One single turbine from the Viking wind farm connects Shetland to global, national and local impacts that are often overlooked. This is the first part of a small series of articles, contributed by Erin Rizzato Devlin as part of our PowerShift project, that investigates the challenges of the transition to net zero taking into account impacts in Shetland, Chile or China.

The Viking Energy Wind Farm stands tall on Shetland’s mainland, transforming some of the world’s most productive wind speeds into clean electricity. With its 103 turbines, the project was expected to become one of the UK’s most productive onshore wind farms, contributing to the country’s net-zero ambitions.

As the Scottish Government scurries to increase the number of wind projects in Scotland, the impacts of the global wind industry are coming under increased scrutiny. Important questions remain on how the renewable sector can be made to address inequalities and negative impacts that is usually associated with the fossil fuel industry.

Here, a single Viking turbine illustrates the connections between Shetland’s largest wind farm and supply chains in the so-called ‘global south’.

Anatomy of a turbine

Consider a typical Viking wind turbine, let’s call it Eyvind the Tall. This is made by Vestas, a Danish company operating in over 80 countries and is constituted by five main components: a tower, three blades, a nacelle, a hub and a drivetrain.

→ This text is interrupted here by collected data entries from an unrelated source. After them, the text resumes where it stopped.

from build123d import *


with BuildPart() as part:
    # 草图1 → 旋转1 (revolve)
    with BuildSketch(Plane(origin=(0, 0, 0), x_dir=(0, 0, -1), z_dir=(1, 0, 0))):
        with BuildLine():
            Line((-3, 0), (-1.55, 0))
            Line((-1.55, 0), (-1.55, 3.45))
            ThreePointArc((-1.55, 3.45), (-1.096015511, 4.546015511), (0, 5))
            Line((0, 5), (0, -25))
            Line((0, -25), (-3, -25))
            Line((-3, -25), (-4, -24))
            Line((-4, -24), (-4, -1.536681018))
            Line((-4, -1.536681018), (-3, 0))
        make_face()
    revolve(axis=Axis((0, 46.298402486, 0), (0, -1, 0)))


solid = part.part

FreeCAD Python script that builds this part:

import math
import FreeCAD as App
import Part
import Sketcher
Q = App.Units.Quantity

doc = App.newDocument("Part")
body = doc.addObject("PartDesign::Body", "Body")

# Sketch on YZ plane
sketch1 = doc.addObject("Sketcher::SketchObject", "Sketch")
body.addObject(sketch1)
sketch1.AttachmentSupport = (doc.YZ_Plane, [""])
sketch1.MapMode = "FlatFace"
sketch1.addGeometry([
    Part.LineSegment(App.Vector(0, 1.6, 0), App.Vector(0, 3, 0)),  # 0
    Part.LineSegment(App.Vector(0, 3, 0), App.Vector(-1.5, 4, 0)),  # 1
    Part.LineSegment(App.Vector(-1.5, 4, 0), App.Vector(-24, 4, 0)),  # 2
    Part.LineSegment(App.Vector(-24, 4, 0), App.Vector(-25, 3, 0)),  # 3
    Part.LineSegment(App.Vector(-25, 3, 0), App.Vector(-25, 0, 0)),  # 4
    Part.LineSegment(App.Vector(-25, 0, 0), App.Vector(5, 0, 0)),  # 5
    Part.ArcOfCircle(Part.Circle(App.Vector(3.5, 0, 0), App.Vector(0, 0, 1), 1.5), math.radians(0), math.radians(90)),  # 6
    Part.LineSegment(App.Vector(3.5, 1.6, 0), App.Vector(0, 1.6, 0)),  # 7
], False)
sketch1.addConstraint([
    Sketcher.Constraint("Coincident", 0, 2, 1, 1),
    Sketcher.Constraint("Coincident", 1, 2, 2, 1),
    Sketcher.Constraint("Coincident", 2, 2, 3, 1),
    Sketcher.Constraint("Coincident", 3, 2, 4, 1),
    Sketcher.Constraint("Coincident", 4, 2, 5, 1),
    Sketcher.Constraint("Coincident", 5, 2, 6, 1),
    Sketcher.Constraint("Tangent", 6, 2, 7, 1),
    Sketcher.Constraint("Coincident", 7, 2, 0, 1),
    Sketcher.Constraint("Vertical", 0),
    Sketcher.Constraint("Horizontal", 2),
    Sketcher.Constraint("Vertical", 4),
    Sketcher.Constraint("Horizontal", 5),
    Sketcher.Constraint("Horizontal", 7),
    Sketcher.Constraint("PointOnObject", 6, 3, -1),
    Sketcher.Constraint("PointOnObject", 0, 2, -2),
    Sketcher.Constraint("PointOnObject", 4, 2, -1),
    Sketcher.Constraint("Horizontal", 0, 2, 3, 2),
    Sketcher.Constraint("DistanceX", 5, 1, 5, 2, Q("30 mm")),
    Sketcher.Constraint("DistanceY", 4, 2, 4, 1, Q("3 mm")),
    Sketcher.Constraint("Angle", 3, Q("-135 deg")),
    Sketcher.Constraint("Radius", 6, Q("1.55 mm")),
    Sketcher.Constraint("DistanceY", -1, 1, 1, 2, Q("4 mm")),
    Sketcher.Constraint("DistanceX", 2, 2, -1, 1, Q("24 mm")),
    Sketcher.Constraint("DistanceX", 2, 2, 2, 1, Q("22.463319 mm")),
])
revolution = doc.addObject("PartDesign::Revolution", "Revolution")
body.addObject(revolution)
revolution.Profile = sketch1
revolution.ReferenceAxis = (sketch1, ["H_Axis"])
revolution.Angle = 360

doc.recompute()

The tower alone is 90m tall – five times the height of the Sumburgh lighthouse. The blades capture the wind’s energy and convert it into electricity, while the nacelle contains the turbine’s internal components, including a drivetrain and control system.

Illustration: Vilhelm Thoresson

As the demand for renewable energy is increasing, the need for critical minerals including cobalt, lithium and rare earths is also growing. For our turbine Eyvind, rare earths are only used in the tower, but they are generally needed for permanent magnets located in turbines’ generators.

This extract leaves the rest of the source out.